Data items:
+ + + +

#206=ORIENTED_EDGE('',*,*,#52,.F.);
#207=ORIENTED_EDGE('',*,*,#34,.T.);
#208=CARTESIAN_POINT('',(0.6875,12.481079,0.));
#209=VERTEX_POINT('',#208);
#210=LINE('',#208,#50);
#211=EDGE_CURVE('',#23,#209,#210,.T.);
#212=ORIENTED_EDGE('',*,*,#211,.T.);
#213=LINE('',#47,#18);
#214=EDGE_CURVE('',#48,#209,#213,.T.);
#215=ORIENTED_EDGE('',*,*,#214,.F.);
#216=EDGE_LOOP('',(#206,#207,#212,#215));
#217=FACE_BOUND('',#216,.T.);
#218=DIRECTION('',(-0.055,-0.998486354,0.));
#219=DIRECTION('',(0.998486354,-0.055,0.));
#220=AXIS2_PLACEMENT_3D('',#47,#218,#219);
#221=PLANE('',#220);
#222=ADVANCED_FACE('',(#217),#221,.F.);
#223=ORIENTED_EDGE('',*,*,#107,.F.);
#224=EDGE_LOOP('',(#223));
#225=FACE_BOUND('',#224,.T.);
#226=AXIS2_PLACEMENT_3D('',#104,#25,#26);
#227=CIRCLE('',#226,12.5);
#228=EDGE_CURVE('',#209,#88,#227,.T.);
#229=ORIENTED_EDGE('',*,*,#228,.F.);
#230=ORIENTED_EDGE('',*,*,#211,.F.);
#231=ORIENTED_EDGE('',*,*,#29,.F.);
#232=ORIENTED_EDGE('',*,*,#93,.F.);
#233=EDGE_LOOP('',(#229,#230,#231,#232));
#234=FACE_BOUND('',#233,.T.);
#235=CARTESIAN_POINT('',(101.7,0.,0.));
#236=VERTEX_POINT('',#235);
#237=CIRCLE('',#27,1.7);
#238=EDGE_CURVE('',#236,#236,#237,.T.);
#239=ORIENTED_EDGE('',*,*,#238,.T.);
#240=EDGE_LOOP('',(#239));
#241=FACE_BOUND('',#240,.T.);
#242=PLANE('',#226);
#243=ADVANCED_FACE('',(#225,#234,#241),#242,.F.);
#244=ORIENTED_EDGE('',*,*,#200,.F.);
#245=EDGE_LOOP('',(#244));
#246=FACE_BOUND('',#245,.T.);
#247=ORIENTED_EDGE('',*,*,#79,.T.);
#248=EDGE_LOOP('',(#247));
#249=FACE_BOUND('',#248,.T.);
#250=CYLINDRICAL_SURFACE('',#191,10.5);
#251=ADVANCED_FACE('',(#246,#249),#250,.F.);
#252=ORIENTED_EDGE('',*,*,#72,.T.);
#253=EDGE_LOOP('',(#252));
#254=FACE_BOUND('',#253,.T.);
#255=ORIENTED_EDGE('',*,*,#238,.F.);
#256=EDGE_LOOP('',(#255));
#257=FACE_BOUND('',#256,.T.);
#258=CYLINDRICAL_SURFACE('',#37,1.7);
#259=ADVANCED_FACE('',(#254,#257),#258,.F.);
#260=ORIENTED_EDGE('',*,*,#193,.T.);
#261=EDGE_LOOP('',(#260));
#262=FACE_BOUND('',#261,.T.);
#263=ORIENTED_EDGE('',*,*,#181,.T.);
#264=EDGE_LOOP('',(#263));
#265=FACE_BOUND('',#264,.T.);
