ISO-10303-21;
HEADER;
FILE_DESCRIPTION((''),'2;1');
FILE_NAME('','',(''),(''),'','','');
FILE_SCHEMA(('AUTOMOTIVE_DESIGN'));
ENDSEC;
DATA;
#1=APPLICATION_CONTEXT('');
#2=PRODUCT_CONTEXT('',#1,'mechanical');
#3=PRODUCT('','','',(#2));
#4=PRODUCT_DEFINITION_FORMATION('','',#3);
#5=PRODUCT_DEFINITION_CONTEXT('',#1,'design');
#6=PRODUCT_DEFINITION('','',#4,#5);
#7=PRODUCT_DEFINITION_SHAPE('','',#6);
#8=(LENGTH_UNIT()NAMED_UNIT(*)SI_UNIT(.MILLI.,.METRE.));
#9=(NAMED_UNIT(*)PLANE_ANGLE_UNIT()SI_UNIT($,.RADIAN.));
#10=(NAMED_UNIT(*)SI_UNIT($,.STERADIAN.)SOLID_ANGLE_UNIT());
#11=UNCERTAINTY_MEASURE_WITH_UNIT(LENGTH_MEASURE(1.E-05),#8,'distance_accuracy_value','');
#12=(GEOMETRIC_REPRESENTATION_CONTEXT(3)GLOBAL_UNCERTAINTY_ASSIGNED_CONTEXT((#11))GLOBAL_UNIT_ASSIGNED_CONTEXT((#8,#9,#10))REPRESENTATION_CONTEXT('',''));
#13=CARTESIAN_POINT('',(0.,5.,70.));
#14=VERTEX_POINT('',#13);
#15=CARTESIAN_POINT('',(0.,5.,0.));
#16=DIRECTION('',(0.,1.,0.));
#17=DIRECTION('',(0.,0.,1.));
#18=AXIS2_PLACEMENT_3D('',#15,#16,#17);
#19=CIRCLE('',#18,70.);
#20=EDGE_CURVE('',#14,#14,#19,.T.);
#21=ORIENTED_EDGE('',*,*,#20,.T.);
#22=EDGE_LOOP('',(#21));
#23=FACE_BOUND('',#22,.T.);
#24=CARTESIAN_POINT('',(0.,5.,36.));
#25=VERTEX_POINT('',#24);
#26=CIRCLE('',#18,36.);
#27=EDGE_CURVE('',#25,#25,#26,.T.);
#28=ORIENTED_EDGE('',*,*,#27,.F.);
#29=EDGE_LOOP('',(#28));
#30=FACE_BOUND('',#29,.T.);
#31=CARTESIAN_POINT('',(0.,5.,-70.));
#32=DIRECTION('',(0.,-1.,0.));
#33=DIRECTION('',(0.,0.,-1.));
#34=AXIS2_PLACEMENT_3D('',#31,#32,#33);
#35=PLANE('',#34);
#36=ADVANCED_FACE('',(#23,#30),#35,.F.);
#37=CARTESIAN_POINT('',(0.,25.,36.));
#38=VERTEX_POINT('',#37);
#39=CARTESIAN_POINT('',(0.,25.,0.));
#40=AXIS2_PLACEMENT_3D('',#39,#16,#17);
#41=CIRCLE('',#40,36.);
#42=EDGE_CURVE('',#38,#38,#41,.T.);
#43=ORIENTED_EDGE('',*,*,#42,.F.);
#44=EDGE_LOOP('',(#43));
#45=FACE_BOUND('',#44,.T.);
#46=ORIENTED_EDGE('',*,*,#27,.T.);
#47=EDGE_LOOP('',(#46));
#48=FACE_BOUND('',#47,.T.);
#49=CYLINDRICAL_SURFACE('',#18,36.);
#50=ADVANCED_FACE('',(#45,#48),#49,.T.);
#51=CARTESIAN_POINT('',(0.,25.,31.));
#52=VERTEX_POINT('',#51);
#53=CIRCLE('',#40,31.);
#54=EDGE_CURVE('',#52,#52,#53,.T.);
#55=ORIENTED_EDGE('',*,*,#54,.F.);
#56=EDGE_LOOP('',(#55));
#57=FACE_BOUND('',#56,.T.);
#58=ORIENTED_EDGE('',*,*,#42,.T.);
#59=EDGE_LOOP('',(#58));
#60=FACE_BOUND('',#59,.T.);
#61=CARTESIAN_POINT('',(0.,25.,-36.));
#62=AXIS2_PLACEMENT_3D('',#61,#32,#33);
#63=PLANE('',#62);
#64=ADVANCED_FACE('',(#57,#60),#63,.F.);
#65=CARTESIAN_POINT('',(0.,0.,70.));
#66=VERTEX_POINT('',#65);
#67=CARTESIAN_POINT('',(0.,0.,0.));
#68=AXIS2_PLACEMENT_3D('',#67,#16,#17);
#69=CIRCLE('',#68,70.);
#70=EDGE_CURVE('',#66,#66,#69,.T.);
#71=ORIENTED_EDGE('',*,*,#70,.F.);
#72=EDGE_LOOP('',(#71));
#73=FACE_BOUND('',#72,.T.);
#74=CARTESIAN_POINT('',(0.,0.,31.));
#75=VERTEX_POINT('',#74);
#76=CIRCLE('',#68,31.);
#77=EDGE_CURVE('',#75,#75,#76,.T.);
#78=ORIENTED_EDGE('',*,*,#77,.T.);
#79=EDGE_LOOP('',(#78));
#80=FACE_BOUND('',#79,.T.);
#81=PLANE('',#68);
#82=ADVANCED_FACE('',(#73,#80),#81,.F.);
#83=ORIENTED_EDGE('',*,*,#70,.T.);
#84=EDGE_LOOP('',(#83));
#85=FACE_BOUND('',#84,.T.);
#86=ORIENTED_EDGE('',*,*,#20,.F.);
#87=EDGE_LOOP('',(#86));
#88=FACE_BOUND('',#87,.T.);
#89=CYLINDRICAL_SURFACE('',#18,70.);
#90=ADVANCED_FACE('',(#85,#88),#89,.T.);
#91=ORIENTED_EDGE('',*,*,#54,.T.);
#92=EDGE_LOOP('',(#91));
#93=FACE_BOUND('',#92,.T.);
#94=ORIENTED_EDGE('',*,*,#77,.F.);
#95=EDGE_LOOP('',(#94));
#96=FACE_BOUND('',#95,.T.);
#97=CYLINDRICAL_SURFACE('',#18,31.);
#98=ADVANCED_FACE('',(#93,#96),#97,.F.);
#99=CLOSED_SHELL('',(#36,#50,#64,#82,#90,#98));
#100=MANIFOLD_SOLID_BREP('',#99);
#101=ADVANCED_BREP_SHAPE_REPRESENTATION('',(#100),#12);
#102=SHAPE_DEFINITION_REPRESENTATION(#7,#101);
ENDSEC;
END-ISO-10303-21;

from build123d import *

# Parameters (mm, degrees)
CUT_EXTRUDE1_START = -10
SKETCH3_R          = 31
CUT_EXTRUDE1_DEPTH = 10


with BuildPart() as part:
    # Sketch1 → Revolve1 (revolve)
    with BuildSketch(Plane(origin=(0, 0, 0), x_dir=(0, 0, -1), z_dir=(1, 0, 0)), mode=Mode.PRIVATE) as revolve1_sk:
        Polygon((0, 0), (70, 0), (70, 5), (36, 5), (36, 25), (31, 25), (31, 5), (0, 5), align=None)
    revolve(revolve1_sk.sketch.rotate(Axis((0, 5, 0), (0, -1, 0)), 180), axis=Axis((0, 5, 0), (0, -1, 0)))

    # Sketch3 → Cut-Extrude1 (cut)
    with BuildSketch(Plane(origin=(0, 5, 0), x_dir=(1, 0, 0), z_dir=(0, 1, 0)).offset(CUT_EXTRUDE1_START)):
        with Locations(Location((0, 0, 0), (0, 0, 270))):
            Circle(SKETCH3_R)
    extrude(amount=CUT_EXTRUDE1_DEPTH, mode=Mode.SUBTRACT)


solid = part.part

+ + + +

▸ Assignment
Take the lines from the first line of the records through the line holding "#248=EDGE_LOOP('',(#247));", both included, and please reproduce them exactly with nothing added.

▸ Task solution
#206=ORIENTED_EDGE('',*,*,#52,.F.);
#207=ORIENTED_EDGE('',*,*,#34,.T.);
#208=CARTESIAN_POINT('',(0.6875,12.481079,0.));
#209=VERTEX_POINT('',#208);
#210=LINE('',#208,#50);
#211=EDGE_CURVE('',#23,#209,#210,.T.);
#212=ORIENTED_EDGE('',*,*,#211,.T.);
#213=LINE('',#47,#18);
#214=EDGE_CURVE('',#48,#209,#213,.T.);
#215=ORIENTED_EDGE('',*,*,#214,.F.);
#216=EDGE_LOOP('',(#206,#207,#212,#215));
#217=FACE_BOUND('',#216,.T.);
#218=DIRECTION('',(-0.055,-0.998486354,0.));
#219=DIRECTION('',(0.998486354,-0.055,0.));
#220=AXIS2_PLACEMENT_3D('',#47,#218,#219);
#221=PLANE('',#220);
#222=ADVANCED_FACE('',(#217),#221,.F.);
#223=ORIENTED_EDGE('',*,*,#107,.F.);
#224=EDGE_LOOP('',(#223));
#225=FACE_BOUND('',#224,.T.);
#226=AXIS2_PLACEMENT_3D('',#104,#25,#26);
#227=CIRCLE('',#226,12.5);
#228=EDGE_CURVE('',#209,#88,#227,.T.);
#229=ORIENTED_EDGE('',*,*,#228,.F.);
#230=ORIENTED_EDGE('',*,*,#211,.F.);
#231=ORIENTED_EDGE('',*,*,#29,.F.);
#232=ORIENTED_EDGE('',*,*,#93,.F.);
#233=EDGE_LOOP('',(#229,#230,#231,#232));
#234=FACE_BOUND('',#233,.T.);
#235=CARTESIAN_POINT('',(101.7,0.,0.));
#236=VERTEX_POINT('',#235);
#237=CIRCLE('',#27,1.7);
#238=EDGE_CURVE('',#236,#236,#237,.T.);
#239=ORIENTED_EDGE('',*,*,#238,.T.);
#240=EDGE_LOOP('',(#239));
#241=FACE_BOUND('',#240,.T.);
#242=PLANE('',#226);
#243=ADVANCED_FACE('',(#225,#234,#241),#242,.F.);
#244=ORIENTED_EDGE('',*,*,#200,.F.);
#245=EDGE_LOOP('',(#244));
#246=FACE_BOUND('',#245,.T.);
#247=ORIENTED_EDGE('',*,*,#79,.T.);
#248=EDGE_LOOP('',(#247));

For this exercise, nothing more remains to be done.